Komando Pasukan Khusus (Kopassus) memiliki andil besar dalam pemberantasan Partai Komunis Indonesia (PKI) pasca peristiwa kelam Gerakan 30 September (G30S PKI). Salah satu prajurit baret merah yang menonjol saat itu adalah Sarwo Edhi Wibowo, Panglima RPKAD (Resimen Para Komando Angkatan Darat) cikal bakal Kopassus.
Sarwo Edhie, dan pasukannya menangkapi tokoh PKI serta mereka yang dicurigai terafliasi dengan partai komunis terbesar ketiga di dunia tersebut.
Kala itu, Pasukan RPKAD juga memburu PKI ke berbagai kota, khususnya di pulau Jawa, seperti Blora, Madiun, Ngawi, dan kota-kota lainnya.
Dalam perburuan itu, beberapa kali Kopassus menemukan antek-antek PKI dengan kemampuan mistis, membuat mereka menjadi target yang sulit untuk diberantas.
Dalam suatu perburuan, terdapat suatu kejadian yang tidak pernah disangka oleh pasukan TNI, di mana momen itu mengarah ke sifat mistis. Ini terjadi saat anggota TNI ingin melaksanakan eksekusi mati anggota PKI.
Tetapi, anggota PKI yang dimaksud terlihat tidak bisa dieksekusi. Dirinya kebal terhadap peluru dan bahkan sama sekali tidak menunjukkan rasa takut, kendati sedang menjalankan proses eksekusi mati.
Baca Juga: Nasib Perempuan Italia Yang Melawan Kuasa Nazi & Kisah Perempuan Jerman Yang Loyal Kepada Hitler
Di tengah alun-alun Blora, seorang prajurit menembak tepat di kening tawanan PKI. Herannya, dia masih bertahan hidup. Situasi ini membuat Mayor Kemal Idris yang menjadi komandan Batalyon Kala Hitam Divisi Siliwangi bingung.
"Ada apa Mayor?" tanya anak buah Mayor Kemal Idris. "Itu tawanan minta mati," tukas Mayor Kemal.
"Kamu punya ilmu ya?" tanya sang bawahan. "Tidak," jawab anggota PKI tersebut.
Anak buah itu kembali mencoba mengeksekusi tawanan itu, dan kali ini, pistol berfungsi. Tembakan itu membuat tawanan itu terhempas ke belakang dan tewas di tempat.
"Rupanya, jawaban "Tidak" dari sang jagoan merupakan kunci pelepasan ilmu kebalnya," ungkap Mayjen TNI (Purn) Rachwono. "Sehingga dia mati sesuai permintaannya…," tutupnya.
Melansir buku "Sintong Panjaitan Perjalanan Seorang Prajurit Para Komando", karya Hendro Subroto, saat itu sedang terjadi pemburuan atas seorang dukun bernama Mbah Mulyono Surodiharjo, yang dikenal sebagai dukun sakti dan sering mengobati orang sakit.
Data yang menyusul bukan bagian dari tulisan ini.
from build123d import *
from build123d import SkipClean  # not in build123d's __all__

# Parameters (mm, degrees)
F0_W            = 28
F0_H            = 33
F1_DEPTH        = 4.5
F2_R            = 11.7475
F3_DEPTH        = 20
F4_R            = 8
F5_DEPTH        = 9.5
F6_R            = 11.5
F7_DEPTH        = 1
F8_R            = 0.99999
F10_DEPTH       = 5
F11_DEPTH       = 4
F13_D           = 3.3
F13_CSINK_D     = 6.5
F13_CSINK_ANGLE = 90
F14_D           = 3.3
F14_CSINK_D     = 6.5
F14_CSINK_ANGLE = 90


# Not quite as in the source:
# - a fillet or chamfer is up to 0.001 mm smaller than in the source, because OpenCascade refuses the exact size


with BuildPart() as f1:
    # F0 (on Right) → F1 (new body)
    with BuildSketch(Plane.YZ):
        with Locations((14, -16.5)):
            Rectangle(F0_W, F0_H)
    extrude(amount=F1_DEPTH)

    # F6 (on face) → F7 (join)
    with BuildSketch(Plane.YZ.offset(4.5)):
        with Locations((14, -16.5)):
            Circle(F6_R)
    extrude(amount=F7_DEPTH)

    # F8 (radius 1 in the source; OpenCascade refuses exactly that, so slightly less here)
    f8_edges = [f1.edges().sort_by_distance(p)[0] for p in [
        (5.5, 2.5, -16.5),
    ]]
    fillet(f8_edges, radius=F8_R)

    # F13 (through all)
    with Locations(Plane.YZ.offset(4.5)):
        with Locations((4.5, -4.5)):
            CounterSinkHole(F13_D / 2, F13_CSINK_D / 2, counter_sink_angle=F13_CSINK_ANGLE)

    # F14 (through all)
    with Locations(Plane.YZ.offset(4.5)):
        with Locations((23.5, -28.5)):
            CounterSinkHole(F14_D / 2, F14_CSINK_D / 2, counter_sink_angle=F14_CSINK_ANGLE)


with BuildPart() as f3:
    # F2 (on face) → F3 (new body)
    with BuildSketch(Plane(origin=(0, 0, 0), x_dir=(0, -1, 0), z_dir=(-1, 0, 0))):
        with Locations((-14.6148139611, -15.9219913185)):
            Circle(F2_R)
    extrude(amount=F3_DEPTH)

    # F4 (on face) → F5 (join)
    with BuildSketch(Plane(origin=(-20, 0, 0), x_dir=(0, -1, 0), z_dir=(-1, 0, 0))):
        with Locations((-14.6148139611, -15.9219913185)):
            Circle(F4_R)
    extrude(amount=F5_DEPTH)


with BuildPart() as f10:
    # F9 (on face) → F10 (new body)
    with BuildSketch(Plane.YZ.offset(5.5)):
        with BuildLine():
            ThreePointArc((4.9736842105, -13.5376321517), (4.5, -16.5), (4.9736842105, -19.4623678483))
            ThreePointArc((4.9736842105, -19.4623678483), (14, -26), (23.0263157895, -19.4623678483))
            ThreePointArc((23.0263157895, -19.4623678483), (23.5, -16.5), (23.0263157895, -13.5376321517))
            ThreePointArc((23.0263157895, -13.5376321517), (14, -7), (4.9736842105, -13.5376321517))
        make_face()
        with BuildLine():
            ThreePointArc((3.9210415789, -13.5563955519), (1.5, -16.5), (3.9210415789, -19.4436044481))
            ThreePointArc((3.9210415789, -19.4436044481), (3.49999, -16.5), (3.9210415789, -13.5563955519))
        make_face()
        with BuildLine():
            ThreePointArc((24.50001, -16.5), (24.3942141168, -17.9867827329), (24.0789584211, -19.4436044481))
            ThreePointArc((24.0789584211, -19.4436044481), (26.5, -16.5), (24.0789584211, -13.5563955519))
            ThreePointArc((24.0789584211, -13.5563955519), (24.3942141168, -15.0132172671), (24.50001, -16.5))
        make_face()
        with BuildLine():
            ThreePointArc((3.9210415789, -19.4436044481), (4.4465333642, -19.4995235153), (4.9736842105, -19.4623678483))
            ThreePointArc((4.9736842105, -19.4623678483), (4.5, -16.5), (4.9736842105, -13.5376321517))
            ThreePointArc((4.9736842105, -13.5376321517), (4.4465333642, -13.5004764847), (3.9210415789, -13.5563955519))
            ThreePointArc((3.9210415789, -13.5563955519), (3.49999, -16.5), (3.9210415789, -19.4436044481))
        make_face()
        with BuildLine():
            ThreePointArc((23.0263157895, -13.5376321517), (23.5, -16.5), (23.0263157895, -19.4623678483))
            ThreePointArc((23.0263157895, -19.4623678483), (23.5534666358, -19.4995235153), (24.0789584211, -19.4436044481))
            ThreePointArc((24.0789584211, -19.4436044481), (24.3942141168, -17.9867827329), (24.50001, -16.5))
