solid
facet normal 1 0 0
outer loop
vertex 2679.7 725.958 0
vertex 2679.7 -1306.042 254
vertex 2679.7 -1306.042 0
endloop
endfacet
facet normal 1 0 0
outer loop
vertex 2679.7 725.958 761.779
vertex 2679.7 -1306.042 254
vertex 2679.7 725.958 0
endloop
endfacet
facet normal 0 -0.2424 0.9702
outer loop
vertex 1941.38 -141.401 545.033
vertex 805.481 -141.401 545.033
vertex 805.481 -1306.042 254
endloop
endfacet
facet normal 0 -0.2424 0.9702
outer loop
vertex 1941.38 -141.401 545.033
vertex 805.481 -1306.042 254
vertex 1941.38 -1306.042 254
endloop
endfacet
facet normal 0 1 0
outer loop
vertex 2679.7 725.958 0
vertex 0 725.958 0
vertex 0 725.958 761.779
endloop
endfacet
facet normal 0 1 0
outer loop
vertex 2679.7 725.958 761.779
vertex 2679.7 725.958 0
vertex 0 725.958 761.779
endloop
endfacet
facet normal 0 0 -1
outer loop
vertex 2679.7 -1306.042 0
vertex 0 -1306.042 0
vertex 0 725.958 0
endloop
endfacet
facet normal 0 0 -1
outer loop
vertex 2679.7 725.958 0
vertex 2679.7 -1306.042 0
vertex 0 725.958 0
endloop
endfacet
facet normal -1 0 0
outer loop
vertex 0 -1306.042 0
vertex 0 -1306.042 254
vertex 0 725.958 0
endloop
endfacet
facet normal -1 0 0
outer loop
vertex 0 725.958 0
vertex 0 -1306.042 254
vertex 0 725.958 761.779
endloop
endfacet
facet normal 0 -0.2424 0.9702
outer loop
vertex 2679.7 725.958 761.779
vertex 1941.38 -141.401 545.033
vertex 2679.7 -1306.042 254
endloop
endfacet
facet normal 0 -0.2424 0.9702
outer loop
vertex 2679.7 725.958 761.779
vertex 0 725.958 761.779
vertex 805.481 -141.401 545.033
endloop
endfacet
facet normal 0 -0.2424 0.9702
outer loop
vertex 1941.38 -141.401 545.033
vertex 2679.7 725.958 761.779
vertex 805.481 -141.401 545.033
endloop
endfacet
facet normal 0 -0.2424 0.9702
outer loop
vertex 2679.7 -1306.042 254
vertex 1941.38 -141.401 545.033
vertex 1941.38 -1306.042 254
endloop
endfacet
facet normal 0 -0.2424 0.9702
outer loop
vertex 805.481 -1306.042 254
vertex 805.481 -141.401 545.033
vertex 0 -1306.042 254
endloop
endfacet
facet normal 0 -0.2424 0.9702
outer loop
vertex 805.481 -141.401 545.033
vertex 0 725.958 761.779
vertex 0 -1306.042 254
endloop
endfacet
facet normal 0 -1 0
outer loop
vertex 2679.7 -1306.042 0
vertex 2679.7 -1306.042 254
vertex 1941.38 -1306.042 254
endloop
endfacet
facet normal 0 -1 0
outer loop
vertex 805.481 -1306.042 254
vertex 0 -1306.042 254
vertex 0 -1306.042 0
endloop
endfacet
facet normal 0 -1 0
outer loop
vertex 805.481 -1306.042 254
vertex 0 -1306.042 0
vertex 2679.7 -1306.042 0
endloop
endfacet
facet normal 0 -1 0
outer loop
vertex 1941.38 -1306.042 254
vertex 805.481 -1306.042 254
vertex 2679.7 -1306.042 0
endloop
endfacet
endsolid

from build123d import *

# Parameters (mm, degrees)
F1_DEPTH = 2679.7
F2_W     = 1135.899424
F2_H     = 1626.373622
F3_DEPTH = 254


with BuildPart() as f1:
    # F0 (on Right) → F1 (new body)
    with BuildSketch(Plane.YZ):
        Polygon((725.958003, 0), (725.958003, 761.778718), (-1306.041997, 254), (-1306.041997, 0), align=None)
    extrude(amount=F1_DEPTH)

    # F2 (on face) → F3 (join)
    with BuildSketch(Plane(origin=(0, -136.504751, 546.25695), x_dir=(1, 0, 0), z_dir=(0, -0.242436, 0.970167))):
        with Locations((1373.43055, -392.313705)):
            Rectangle(F2_W, F2_H)
    extrude(amount=-F3_DEPTH)


solid = f1.part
Pemerintah, khususnya pihak militer melihat Mulyono Surodiharjo, biasa disapa Mbah Suro, telah ditunggangi oleh PKI. Tidak tanggung-tanggung, pasukan RPKAD langsung turun tangan mencari Mbah Suro.
Mbah Suro, selain mampu mengobati orang sakit, diketahui memiliki ilmu sakti yang membuatnya kebal senjata. Mbah Suro bahkan mampu membuat pengikutnya memiliki kesaktian yang sama seperti dirinya
Sebelum menjadi dukun di sebuah desa bernama Desa Ninggil, Mbah Suro pernah menjadi lurah. Dirinya beralih menjadi dukun dan membuka praktik untuk mengobati orang sakit setelah beberapa lama turun menjadi lurah.
Saat itu, Mulyono Surodiharjo melakukan pergantian nama baru menjadi Mbah Suro juga diikuti dengan perubahan penampilan. Salah satunya adalah memelihara kumis tebal dan rambut panjang layaknya seorang dukun.
Mbah Suro kerap melakukan berbagai kegiatan berbau mistis dan menyebarkan kepercayaan Djawa Dipa. Tidak hanya itu, Mbah Suro juga sering memberi jampi-jampi atau mantera dan air kekebalan kepada para muridnya, terlebih untuk mereka yang dianggap meresahkan.
Pengikutnya percaya bahwa mereka menjadi kebal terhadap senjata tajam dan senjata api berkat ajaran Mbah Suro.